2.「中国陶磁 美を鑑(み)るこころ」 (11/30)
 会 期:2006.11.3〜12.10
 会 場:六本木 泉屋博古館 分館
 入場料:一般 800円
 問合せ:03−5777−8600(ハローダイヤル)
 日本の独特の文化である茶の湯に使われる“茶陶”に対し、純粋に中国陶磁を鑑賞する「鑑賞陶器」があります。

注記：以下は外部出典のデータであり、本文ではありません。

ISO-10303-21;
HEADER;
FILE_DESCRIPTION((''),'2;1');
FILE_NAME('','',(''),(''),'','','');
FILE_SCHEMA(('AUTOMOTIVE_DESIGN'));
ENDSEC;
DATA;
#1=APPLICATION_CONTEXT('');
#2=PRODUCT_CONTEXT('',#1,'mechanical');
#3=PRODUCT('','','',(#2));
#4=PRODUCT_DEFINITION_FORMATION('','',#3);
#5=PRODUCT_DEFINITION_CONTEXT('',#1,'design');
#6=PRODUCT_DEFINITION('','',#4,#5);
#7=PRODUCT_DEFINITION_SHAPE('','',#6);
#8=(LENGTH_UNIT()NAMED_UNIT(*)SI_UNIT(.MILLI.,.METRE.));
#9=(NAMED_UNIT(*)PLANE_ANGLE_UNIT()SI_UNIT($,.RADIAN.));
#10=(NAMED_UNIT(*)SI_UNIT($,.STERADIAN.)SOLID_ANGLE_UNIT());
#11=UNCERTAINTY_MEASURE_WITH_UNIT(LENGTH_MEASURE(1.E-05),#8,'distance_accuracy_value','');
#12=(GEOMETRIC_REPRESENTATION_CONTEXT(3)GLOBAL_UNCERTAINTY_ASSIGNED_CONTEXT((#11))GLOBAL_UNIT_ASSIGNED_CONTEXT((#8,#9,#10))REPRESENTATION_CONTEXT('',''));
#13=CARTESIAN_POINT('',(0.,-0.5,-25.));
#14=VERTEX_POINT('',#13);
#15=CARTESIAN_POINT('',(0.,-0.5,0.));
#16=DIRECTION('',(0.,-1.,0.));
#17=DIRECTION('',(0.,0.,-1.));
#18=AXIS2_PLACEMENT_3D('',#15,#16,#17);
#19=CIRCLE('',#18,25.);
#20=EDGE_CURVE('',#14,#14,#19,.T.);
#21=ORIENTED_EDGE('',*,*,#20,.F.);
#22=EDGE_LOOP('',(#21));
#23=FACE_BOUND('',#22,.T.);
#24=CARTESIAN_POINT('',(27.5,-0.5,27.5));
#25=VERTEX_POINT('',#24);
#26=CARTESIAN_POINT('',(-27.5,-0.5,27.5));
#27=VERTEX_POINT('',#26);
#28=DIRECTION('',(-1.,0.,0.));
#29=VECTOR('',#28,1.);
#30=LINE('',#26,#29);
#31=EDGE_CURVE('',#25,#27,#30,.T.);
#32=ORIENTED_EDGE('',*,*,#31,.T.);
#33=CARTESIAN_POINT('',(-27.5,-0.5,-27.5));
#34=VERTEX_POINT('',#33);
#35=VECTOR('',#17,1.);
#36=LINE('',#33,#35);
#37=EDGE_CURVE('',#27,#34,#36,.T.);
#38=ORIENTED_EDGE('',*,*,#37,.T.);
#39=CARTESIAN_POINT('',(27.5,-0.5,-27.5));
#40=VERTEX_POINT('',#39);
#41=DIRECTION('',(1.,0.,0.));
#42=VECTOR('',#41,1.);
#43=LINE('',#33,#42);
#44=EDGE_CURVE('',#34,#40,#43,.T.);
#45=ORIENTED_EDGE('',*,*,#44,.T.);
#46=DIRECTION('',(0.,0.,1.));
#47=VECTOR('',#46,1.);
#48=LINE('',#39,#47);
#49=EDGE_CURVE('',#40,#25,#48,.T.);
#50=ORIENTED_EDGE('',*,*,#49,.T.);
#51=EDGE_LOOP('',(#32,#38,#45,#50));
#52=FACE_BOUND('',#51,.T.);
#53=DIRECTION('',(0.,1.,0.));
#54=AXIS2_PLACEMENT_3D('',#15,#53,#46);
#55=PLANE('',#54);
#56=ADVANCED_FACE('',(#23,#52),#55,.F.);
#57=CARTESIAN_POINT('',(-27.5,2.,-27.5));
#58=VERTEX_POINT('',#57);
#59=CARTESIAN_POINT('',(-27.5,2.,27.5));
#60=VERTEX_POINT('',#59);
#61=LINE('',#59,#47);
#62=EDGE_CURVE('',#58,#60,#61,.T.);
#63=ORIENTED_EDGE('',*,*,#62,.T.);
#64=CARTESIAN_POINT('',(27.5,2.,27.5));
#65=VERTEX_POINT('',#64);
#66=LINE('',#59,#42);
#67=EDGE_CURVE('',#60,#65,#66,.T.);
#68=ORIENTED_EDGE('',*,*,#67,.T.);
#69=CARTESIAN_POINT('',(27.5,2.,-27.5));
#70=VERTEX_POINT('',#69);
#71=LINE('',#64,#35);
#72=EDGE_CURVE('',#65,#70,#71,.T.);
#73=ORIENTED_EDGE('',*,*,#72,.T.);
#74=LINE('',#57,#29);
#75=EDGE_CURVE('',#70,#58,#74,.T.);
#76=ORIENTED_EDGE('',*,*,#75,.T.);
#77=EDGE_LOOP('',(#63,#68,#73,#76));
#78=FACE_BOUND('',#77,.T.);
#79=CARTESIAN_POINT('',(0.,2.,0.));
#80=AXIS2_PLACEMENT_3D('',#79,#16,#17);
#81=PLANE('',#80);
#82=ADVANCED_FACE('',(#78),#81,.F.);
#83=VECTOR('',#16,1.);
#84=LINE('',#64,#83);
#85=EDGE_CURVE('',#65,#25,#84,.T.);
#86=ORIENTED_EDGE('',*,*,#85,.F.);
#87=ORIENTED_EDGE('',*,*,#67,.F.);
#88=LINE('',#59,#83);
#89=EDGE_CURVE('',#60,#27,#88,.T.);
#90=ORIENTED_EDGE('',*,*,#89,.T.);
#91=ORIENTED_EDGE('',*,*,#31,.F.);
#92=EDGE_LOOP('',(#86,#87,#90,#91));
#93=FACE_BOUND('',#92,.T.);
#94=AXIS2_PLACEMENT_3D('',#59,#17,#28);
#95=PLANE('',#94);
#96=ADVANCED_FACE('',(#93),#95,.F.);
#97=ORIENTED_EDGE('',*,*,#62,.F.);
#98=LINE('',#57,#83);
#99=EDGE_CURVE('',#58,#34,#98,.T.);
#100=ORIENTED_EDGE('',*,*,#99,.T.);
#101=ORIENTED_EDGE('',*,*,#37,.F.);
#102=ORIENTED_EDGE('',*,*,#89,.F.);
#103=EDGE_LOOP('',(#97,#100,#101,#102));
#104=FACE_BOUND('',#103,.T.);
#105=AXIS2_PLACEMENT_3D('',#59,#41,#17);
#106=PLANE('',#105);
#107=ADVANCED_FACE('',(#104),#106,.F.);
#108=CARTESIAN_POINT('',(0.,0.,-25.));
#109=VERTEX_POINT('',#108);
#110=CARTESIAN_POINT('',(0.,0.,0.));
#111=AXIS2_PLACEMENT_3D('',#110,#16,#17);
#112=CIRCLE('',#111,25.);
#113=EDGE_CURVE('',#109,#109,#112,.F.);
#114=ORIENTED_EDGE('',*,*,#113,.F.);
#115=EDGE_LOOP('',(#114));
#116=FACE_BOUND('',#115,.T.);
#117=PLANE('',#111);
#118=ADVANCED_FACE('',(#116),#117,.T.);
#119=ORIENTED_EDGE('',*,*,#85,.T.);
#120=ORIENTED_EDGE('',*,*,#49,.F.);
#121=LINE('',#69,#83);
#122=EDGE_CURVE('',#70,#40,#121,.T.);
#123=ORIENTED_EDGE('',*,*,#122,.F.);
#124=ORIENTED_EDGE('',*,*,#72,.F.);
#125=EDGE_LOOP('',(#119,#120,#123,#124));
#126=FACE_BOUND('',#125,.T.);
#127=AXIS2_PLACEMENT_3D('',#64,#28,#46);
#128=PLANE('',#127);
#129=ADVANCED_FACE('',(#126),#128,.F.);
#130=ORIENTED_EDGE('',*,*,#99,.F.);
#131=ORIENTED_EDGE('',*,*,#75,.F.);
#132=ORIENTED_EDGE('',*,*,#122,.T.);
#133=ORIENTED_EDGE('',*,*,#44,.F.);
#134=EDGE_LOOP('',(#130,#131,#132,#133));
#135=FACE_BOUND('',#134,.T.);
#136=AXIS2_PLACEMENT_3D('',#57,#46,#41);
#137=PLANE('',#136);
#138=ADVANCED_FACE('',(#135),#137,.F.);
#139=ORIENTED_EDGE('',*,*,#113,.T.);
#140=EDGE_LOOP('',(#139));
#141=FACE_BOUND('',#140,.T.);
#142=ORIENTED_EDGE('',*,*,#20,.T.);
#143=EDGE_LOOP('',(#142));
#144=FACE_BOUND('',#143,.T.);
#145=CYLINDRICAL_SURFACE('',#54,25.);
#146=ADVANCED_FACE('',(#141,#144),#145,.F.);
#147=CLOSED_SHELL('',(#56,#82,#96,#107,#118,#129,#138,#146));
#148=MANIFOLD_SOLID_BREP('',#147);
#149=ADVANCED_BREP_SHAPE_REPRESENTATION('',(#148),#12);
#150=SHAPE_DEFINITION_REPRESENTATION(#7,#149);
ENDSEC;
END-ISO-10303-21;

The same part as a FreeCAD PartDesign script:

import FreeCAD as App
import Part
import Sketcher
from FreeCAD import Vector
Q = App.Units.Quantity

doc = App.newDocument("Part")
params = doc.addObject("Spreadsheet::Sheet", "Params")
for row, (alias, value) in enumerate([
    ("sketch1_width", "55 mm"),
    ("pad1_length", "2 mm"),
    ("sketch2_diameter", "50 mm"),
    ("sketch2_width", "55 mm"),
    ("pad2_length", "0.5 mm"),
], start=1):
    params.set(f"A{row}", alias)
    params.set(f"B{row}", "=" + value)
    params.setAlias(f"B{row}", alias)

body = doc.addObject("PartDesign::Body", "Body")

# Sketch on XZ plane
sketch1 = body.newObject("Sketcher::SketchObject", "Sketch")
sketch1.AttachmentSupport = (doc.getObject("XZ_Plane"), [""])
sketch1.MapMode = "FlatFace"
sketch1.addGeometry([
    Part.LineSegment(Vector(-28, -28, 0), Vector(-28, 28, 0)),
    Part.LineSegment(Vector(-28, 28, 0), Vector(28, 28, 0)),
    Part.LineSegment(Vector(28, 28, 0), Vector(28, -28, 0)),
    Part.LineSegment(Vector(28, -28, 0), Vector(-28, -28, 0)),
], False)
sketch1.addConstraint([
    Sketcher.Constraint("Coincident", 0, 2, 1, 1),
    Sketcher.Constraint("Coincident", 1, 2, 2, 1),
    Sketcher.Constraint("Coincident", 2, 2, 3, 1),
    Sketcher.Constraint("Coincident", 3, 2, 0, 1),
    Sketcher.Constraint("Vertical", 0),
    Sketcher.Constraint("Horizontal", 1),
    Sketcher.Constraint("Vertical", 2),
    Sketcher.Constraint("Horizontal", 3),
    Sketcher.Constraint("Symmetric", 0, 2, 2, 2, -1, 1),
    Sketcher.Constraint("Equal", 3, 0),
    Sketcher.Constraint("DistanceX", 1, 1, 1, 2, Q("55 mm")),
])
sketch1.setExpression("Constraints[10]", "Params.sketch1_width")
pad1 = body.newObject("PartDesign::Pad", "Pad")
pad1.Profile = sketch1
pad1.setExpression("Length", "Params.pad1_length")
pad1.Reversed = True

# Sketch on XZ plane
sketch2 = body.newObject("Sketcher::SketchObject", "Sketch001")
sketch2.AttachmentSupport = (doc.getObject("XZ_Plane"), [""])
sketch2.MapMode = "FlatFace"
sketch2.addGeometry([
    Part.LineSegment(Vector(-28, 28, 0), Vector(-28, -28, 0)),  # 0
    Part.LineSegment(Vector(-28, -28, 0), Vector(28, -28, 0)),  # 1
    Part.LineSegment(Vector(28, -28, 0), Vector(28, 28, 0)),  # 2
    Part.LineSegment(Vector(28, 28, 0), Vector(-28, 28, 0)),  # 3
    Part.Circle(Vector(0, 0, 0), Vector(0, 0, 1), 25),  # 4
], False)
sketch2.addConstraint([
    Sketcher.Constraint("Coincident", 0, 2, 1, 1),
    Sketcher.Constraint("Coincident", 1, 2, 2, 1),
    Sketcher.Constraint("Coincident", 2, 2, 3, 1),
    Sketcher.Constraint("Coincident", 3, 2, 0, 1),
    Sketcher.Constraint("Vertical", 0),
    Sketcher.Constraint("Horizontal", 1),
    Sketcher.Constraint("Vertical", 2),
    Sketcher.Constraint("Horizontal", 3),
    Sketcher.Constraint("Coincident", 4, 3, -1, 1),
    Sketcher.Constraint("Symmetric", 0, 2, 2, 2, -1, 1),
    Sketcher.Constraint("Equal", 3, 0),
    Sketcher.Constraint("Diameter", 4, Q("50 mm")),
    Sketcher.Constraint("DistanceX", 1, 1, 1, 2, Q("55 mm")),
])
sketch2.setExpression("Constraints[11]", "Params.sketch2_diameter")
sketch2.setExpression("Constraints[12]", "Params.sketch2_width")
pad2 = body.newObject("PartDesign::Pad", "Pad001")
pad2.Profile = sketch2
pad2.setExpression("Length", "Params.pad2_length")

doc.recompute()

この展覧会はその鑑賞陶器の焦点を当てた展覧会です。

3.平成18年秋季展「中国宋元画の精華」
  …夏珪、牧谿、梁楷 日本人が愛した伝来の絵画…
 会 期:2006.10.3〜12.10
 会 場:白金台 畠山記念館
 入館料:一般 1000円
 問合せ:03−3447−5787
 畠山記念館は、畠山一清(即翁)の集めた茶道具の名品を多数所蔵していることで有名です。今回の展示は、日本人が長い間愛好してきた夏珪、牧谿、梁楷など中国の宋元時代の絵画ですが、絵画、書跡は紫外線に弱いため展示期間が短いのが残念です。重文「山水図 伝夏珪筆」は11/5まで、国宝「煙寺晩鐘図 伝牧谿筆」は11/12までの公開で、現在は国宝「大非慧宗杲墨跡 尺牘」(12/10まで)が展示されています。

4.「敦煌経と中国仏教美術」
 会 期:2006.11.18〜12.17
 会 場:日本橋 三井記念美術館
 入館料:大人 500円
 問合せ:03−5777−8600(ハローダイヤル)
 敦煌出土の美術品や中国古代の仏像のほか、三井記念美術館が所像する120巻の敦煌経のうち34巻が展示されます。2000年8月、五輪会(昭和39年入社の同期会)で莫高窟を訪れたときのことや井上靖の「敦煌」を思い出しながら見たいと思っています。